- Section 1: To finish by 24th February. Essential
- Section 2: To finish by 24th February. Essential
- Section 3: To finish by the following Wednesday 1st March. Exercise
- Section 4: To explore further. Optional
Dependencies. For this lab, we need to install the matplotlib
and pandas
packages. Make sure you install the packages in the environment myspark
Before you continue, open a new terminal in ShARC, use the rse-com6012
queue with four nodes, and activate the myspark environment
module load apps/java/jdk1.8.0_102/binary
module load apps/python/conda
source activate myspark
You can now use pip to install the packages using
pip install matplotlib pandas
You only need to install matplotlib and pandas in your environment once.

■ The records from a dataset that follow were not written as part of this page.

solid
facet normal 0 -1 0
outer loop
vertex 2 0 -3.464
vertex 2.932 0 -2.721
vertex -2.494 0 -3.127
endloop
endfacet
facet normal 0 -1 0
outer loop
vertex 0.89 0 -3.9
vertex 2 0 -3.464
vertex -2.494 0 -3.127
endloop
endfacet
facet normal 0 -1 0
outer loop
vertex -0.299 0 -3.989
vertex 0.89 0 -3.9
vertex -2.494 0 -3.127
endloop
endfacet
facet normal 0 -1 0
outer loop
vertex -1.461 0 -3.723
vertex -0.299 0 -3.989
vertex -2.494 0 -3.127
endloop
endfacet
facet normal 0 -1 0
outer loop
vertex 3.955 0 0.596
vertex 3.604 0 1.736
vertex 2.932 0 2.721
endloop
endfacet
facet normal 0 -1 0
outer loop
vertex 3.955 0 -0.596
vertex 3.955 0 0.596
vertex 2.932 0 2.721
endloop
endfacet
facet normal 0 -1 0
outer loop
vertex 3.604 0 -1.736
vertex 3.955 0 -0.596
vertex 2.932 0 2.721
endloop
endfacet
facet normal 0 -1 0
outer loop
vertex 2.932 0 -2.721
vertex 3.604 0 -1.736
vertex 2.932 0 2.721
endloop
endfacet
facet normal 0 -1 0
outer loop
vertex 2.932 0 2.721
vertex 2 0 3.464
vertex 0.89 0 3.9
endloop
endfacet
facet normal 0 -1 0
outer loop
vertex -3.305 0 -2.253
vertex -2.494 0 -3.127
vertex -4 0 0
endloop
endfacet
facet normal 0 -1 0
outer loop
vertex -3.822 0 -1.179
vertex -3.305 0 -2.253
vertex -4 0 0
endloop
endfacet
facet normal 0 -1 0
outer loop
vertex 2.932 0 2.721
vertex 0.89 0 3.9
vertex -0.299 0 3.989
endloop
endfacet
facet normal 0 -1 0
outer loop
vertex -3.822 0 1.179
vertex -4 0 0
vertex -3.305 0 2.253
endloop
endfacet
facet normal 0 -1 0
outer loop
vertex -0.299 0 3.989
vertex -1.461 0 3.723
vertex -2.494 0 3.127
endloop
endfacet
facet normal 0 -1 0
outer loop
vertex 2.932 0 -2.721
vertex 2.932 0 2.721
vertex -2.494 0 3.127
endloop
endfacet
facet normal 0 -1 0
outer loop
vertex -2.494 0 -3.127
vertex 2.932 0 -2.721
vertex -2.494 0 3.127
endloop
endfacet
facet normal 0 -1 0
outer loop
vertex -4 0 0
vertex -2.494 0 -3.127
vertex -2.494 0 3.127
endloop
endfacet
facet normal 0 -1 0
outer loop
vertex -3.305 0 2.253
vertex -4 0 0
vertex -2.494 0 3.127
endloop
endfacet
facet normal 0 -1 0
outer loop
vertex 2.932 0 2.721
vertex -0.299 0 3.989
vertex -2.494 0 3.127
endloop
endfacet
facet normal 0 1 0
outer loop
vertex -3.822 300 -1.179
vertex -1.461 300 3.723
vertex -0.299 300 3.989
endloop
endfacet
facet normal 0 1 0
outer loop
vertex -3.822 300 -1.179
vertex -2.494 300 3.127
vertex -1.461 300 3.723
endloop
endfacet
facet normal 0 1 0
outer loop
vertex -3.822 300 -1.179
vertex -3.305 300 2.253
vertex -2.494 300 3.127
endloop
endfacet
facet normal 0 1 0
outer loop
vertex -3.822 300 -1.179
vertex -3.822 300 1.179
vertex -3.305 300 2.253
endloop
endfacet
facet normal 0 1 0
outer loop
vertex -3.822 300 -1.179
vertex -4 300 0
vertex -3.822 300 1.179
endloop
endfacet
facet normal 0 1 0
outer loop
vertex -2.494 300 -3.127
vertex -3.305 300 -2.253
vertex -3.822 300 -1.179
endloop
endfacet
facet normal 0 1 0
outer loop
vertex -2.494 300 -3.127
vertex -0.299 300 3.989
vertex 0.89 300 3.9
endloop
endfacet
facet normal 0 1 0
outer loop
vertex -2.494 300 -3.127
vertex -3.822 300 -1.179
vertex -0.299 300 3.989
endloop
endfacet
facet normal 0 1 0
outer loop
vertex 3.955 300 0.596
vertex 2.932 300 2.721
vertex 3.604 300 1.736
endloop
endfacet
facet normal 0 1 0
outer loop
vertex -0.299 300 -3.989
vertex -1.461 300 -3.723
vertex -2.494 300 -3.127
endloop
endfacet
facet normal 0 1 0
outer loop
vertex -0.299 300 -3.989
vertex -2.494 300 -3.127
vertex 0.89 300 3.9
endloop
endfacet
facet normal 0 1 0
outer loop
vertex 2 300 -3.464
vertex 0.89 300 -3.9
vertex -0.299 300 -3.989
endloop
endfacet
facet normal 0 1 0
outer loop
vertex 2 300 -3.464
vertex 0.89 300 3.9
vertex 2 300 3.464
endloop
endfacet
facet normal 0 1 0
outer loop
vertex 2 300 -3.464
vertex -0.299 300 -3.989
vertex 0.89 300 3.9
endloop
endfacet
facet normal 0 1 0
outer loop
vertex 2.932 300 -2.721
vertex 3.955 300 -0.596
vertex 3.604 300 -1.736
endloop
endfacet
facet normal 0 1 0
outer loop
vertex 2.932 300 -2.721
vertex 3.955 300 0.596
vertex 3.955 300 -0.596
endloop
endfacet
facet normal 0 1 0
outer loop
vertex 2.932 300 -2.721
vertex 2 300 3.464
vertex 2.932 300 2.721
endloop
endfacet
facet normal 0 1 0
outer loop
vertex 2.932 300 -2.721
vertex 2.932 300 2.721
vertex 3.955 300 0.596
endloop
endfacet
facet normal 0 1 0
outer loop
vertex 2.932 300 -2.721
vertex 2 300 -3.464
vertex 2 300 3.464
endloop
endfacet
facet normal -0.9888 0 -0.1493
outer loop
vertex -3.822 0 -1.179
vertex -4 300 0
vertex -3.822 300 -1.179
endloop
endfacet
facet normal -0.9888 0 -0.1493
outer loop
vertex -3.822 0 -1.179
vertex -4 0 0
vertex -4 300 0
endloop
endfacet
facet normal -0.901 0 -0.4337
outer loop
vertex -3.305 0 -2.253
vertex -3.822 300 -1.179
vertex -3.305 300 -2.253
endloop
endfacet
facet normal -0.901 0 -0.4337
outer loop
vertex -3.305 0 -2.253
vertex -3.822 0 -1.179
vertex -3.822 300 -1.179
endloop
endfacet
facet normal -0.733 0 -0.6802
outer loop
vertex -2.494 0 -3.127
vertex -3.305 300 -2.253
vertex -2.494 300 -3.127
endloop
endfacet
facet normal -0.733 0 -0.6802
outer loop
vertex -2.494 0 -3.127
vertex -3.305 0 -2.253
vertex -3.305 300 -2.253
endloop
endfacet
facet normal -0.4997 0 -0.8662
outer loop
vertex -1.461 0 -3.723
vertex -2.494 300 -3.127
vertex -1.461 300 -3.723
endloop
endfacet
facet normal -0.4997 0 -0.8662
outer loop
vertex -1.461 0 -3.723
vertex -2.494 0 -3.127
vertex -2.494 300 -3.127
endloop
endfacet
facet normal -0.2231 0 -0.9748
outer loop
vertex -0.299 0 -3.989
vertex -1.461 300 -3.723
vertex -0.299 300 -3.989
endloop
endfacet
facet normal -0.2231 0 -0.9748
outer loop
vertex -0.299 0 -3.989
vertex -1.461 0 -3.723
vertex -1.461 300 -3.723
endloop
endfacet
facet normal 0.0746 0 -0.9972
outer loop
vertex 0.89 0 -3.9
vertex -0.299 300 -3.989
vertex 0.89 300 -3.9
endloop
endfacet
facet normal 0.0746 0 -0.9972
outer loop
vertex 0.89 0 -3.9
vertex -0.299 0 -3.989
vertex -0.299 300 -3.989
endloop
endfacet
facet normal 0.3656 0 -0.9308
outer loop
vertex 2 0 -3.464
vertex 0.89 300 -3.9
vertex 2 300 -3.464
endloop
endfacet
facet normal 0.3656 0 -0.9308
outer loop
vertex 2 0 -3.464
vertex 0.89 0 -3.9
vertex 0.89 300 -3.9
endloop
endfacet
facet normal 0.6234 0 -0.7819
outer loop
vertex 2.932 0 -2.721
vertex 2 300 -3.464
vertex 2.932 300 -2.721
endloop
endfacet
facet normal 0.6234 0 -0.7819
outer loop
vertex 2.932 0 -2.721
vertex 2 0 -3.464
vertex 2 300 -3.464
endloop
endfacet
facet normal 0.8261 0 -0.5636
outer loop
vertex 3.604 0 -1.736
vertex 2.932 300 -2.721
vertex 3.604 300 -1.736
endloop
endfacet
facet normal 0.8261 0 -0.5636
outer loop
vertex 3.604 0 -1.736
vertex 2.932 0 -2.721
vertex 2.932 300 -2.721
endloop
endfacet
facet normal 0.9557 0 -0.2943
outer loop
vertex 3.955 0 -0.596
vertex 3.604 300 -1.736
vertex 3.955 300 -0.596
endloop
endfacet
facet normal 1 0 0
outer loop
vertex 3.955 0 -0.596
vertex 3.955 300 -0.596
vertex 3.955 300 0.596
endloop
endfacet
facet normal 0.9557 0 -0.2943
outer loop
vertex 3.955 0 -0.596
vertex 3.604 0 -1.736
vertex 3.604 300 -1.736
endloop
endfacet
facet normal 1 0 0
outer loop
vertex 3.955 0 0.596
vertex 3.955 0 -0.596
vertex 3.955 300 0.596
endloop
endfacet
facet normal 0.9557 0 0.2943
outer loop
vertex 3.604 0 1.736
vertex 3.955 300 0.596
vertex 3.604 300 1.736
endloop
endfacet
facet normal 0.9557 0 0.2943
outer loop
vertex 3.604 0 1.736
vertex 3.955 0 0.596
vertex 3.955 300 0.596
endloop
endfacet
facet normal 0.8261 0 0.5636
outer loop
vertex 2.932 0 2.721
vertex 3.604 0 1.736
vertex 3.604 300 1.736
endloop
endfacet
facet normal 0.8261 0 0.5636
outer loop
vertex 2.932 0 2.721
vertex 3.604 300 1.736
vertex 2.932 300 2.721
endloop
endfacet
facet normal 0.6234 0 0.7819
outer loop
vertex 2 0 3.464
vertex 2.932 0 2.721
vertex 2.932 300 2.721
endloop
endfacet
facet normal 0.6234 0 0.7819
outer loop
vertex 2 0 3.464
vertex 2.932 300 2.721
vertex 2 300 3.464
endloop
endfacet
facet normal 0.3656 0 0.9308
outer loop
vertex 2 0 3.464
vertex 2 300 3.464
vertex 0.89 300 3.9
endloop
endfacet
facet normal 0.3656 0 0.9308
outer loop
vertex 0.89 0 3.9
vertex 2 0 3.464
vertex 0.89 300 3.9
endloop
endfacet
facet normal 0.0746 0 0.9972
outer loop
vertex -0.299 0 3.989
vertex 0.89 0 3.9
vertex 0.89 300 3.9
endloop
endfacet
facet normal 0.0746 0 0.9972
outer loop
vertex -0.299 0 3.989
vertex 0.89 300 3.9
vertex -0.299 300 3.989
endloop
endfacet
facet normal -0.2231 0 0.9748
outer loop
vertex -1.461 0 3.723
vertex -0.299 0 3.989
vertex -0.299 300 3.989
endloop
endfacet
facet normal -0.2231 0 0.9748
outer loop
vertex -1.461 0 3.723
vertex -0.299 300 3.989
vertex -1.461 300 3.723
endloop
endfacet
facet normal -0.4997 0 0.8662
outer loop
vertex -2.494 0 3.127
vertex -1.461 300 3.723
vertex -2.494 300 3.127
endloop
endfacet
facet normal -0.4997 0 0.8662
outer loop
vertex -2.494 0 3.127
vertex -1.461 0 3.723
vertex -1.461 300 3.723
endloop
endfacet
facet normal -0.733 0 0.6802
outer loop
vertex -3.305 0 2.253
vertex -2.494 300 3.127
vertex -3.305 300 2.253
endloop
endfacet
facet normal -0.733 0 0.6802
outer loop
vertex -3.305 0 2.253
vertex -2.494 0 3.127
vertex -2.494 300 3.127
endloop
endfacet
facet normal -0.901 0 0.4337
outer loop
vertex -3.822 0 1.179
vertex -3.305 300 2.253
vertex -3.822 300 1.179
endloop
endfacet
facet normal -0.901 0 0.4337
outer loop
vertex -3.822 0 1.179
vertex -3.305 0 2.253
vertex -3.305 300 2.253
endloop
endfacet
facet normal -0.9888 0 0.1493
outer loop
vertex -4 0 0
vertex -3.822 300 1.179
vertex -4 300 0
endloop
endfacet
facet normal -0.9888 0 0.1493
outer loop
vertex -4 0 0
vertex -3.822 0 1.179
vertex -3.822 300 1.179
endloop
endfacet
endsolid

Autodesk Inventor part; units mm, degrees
ref_plane "YZ Plane" through (0, 0, 0) normal (1, 0, 0) x (0, 1, 0)
ref_plane "XZ Plane" through (0, 0, 0) normal (0, 1, 0) x (-1, 0, 0)
ref_plane "XY Plane" through (0, 0, 0) normal (0, 0, 1) x (1, 0, 0)
sketch "Boceto1" plane through (0, 0, 0) normal (0, 1, 0) x (-1, 0, 0)
  circle A0 centre (0, 0) radius 4
  dimension "d0" = 8
extrude "Extrusión1" add sketch "Boceto1" along normal blind 400
thread "Rosca1" size "M8x1.25" class "6g" standard "ISO Metric profile" full length
sketch "Boceto2" plane through (0, 400, 0) normal (0, 1, 0) x (1, 0, 0)
  circle A0 centre (0, 0) radius 4
extrude "Extrusión2" cut sketch "Boceto2" against normal blind 23
sketch "Boceto3" plane through (0, 377, 0) normal (0, 1, 0) x (1, 0, 0)
  circle A0 centre (0, 0) radius 4
extrude "Extrusión3" cut sketch "Boceto3" against normal blind 77
properties part number "tornillo"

The dataset that we will use is from the UCI Machine Learning Repository, where UCI stands for University of California Irvine. The UCI repository is and has been a valuable resource in Machine Learning. It contains datasets for classification, regression, clustering and several other machine learning problems. These datasets are open source and they have been uploaded by contributors of many research articles.
The particular dataset that we will use wil be referred to is the Spambase Dataset. A detailed description is in the previous link. The dataset contains 57 features related to word frequency, character frequency, and others related to capital letters. The description of the features and labels in the dataset is available here. The output label indicated whether an email was considered 'ham' or 'spam', so it is a binary label.
Before we work on Logistic Regression, though, let us briefly look at the different file storage systems available in ShARC and different Spark configurations that are necessary to develop a well performing Spark job.
As you progress to deal with bigger data, you may need to ensure you have enough disk space and also configure Spark properly to ensure enough resources are available for processing your big data. This section looks at various aspects of data storage management and Spark configuration.
As you starting working with larger datasets, we recommend that you use /home/YOUR_USERNAME
(10G quota) for setting up conda
environment (as we did already in Lab 1), and that you use /data/YOUR_USERNAME
(100G) for working on tasks related to COM6012.
After logging into ShARC, do cd /data/YOUR_USERNAME
to work under this directory. Let us now move all files for our module to there.
This time, let's request four cores using a regular queue and 10GB of memory, following the qrshx doc. We activate the environment as usual.
qrshx -l rmem=10G -pe smp 4 # request 10GB memory and exit4 CPU cores
source myspark.sh # myspark.sh should be under the root directory
If the request could not be scheduled, try reducing the number of cores (and/or the amount of memory) requested and/or use the reserved queue -P rse-com6012
.
You can either clone ScalableML
from GitHub to /data/abc1de/ScalableML
(again abc1de
should be your username) via
cd /data/abc1de/
git clone --depth 1 https://github.com/haipinglu/ScalableML
cd ScalableML
Or you can copy the whole ScalableML
from home
to data
using
cp -r /home/abc1de/com6012/ScalableML /data/abc1de/ScalableML
cd /data/abc1de/ScalableML
You can check your disk space via
df -h /home/abc1de
df -h /data/abc1de
Start pyspark working under /data/abc1de/ScalableML
now.
pyspark --master local[4]
Detailed information about the different storage systems can be found in this link.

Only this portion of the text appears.